## Problem requirements
Give back the lines of the records exactly, starting at the first and ending at the one with "#6=PRODUCT_DEFINITION('','',#4,#5);".
○ ○ ○
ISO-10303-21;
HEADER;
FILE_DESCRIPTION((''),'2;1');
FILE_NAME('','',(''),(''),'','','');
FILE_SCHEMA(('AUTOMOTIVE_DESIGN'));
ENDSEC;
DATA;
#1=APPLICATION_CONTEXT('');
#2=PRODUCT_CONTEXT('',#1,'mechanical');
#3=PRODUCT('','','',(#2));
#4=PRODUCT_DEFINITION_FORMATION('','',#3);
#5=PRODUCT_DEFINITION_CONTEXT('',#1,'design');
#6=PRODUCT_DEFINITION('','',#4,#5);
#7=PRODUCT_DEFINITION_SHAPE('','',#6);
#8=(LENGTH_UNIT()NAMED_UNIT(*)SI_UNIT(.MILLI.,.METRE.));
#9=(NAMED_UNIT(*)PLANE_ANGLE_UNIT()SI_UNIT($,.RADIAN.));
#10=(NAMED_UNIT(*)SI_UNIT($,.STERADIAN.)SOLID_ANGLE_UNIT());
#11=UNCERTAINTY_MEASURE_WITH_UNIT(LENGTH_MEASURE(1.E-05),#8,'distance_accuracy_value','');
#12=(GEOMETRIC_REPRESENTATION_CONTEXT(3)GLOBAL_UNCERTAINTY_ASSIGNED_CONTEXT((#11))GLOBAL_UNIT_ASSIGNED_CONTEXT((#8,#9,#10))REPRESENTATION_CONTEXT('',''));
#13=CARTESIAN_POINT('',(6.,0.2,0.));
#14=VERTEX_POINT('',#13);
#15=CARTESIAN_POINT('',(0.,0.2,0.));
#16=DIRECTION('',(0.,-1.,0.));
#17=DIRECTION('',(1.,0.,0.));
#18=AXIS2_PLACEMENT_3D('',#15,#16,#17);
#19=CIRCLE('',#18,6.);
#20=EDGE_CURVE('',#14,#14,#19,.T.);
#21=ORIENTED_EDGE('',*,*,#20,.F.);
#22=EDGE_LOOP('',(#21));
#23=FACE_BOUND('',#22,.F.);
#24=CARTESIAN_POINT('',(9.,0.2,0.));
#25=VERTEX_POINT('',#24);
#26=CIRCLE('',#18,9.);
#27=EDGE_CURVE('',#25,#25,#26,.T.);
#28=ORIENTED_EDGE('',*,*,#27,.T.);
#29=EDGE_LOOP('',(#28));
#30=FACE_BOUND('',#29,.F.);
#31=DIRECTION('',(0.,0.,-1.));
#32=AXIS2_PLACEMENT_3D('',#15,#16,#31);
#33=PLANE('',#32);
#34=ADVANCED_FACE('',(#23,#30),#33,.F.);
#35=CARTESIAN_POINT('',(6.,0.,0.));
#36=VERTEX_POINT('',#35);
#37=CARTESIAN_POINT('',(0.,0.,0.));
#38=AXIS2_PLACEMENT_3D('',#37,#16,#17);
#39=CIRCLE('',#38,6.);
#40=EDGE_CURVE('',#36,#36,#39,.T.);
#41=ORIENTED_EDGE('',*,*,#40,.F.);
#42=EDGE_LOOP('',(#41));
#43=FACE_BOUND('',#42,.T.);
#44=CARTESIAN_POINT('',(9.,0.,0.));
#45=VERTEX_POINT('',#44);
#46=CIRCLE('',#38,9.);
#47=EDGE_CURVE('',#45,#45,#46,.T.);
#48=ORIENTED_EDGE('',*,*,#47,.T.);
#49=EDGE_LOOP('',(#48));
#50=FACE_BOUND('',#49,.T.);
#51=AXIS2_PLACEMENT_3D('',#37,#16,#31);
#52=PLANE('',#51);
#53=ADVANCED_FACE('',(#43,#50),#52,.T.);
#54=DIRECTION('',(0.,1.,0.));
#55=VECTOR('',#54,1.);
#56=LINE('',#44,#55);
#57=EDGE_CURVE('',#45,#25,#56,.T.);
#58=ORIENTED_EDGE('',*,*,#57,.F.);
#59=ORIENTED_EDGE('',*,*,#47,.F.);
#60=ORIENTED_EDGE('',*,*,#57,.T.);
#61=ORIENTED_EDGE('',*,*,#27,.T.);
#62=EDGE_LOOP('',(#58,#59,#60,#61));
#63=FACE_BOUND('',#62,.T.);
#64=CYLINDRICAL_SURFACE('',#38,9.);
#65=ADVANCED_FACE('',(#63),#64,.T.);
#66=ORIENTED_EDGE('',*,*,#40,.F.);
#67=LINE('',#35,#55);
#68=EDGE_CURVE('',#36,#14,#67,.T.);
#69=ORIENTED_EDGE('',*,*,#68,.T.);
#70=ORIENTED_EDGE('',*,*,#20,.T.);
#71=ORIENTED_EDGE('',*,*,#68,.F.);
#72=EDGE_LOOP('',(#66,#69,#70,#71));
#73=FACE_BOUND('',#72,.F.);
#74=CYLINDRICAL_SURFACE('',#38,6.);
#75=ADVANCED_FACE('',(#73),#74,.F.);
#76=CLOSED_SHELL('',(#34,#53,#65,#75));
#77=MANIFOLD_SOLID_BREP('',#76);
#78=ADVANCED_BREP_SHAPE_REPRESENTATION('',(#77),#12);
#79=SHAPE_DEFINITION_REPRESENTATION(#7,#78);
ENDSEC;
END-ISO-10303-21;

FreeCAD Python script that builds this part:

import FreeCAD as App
import Part
import Sketcher

doc = App.newDocument("Part")
body = doc.addObject("PartDesign::Body", "Body")

# Sketch on XZ plane
sketch1 = body.newObject("Sketcher::SketchObject", "Sketch")
sketch1.AttachmentSupport = (doc.getObject("XZ_Plane"), [""])
sketch1.MapMode = "FlatFace"
sketch1.addGeometry([
    Part.Circle(App.Vector(0, 0, 0), App.Vector(0, 0, 1), 9),
    Part.Circle(App.Vector(0, 0, 0), App.Vector(0, 0, 1), 6),
], False)
sketch1.addConstraint([
    Sketcher.Constraint("Coincident", 0, 3, -1, 1),
    Sketcher.Constraint("Coincident", 1, 3, -1, 1),
    Sketcher.Constraint("Diameter", 0, 18.0),
    Sketcher.Constraint("Diameter", 1, 12.0),
])
pad1 = body.newObject("PartDesign::Pad", "Pad")
pad1.Profile = sketch1
pad1.Length = 0.2
pad1.Reversed = True

doc.recompute()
○ ○ ○
## Problem solution
ISO-10303-21;
HEADER;
FILE_DESCRIPTION((''),'2;1');
FILE_NAME('','',(''),(''),'','','');
FILE_SCHEMA(('AUTOMOTIVE_DESIGN'));
ENDSEC;
DATA;
#1=APPLICATION_CONTEXT('');
#2=PRODUCT_CONTEXT('',#1,'mechanical');
#3=PRODUCT('','','',(#2));
#4=PRODUCT_DEFINITION_FORMATION('','',#3);
#5=PRODUCT_DEFINITION_CONTEXT('',#1,'design');
#6=PRODUCT_DEFINITION('','',#4,#5);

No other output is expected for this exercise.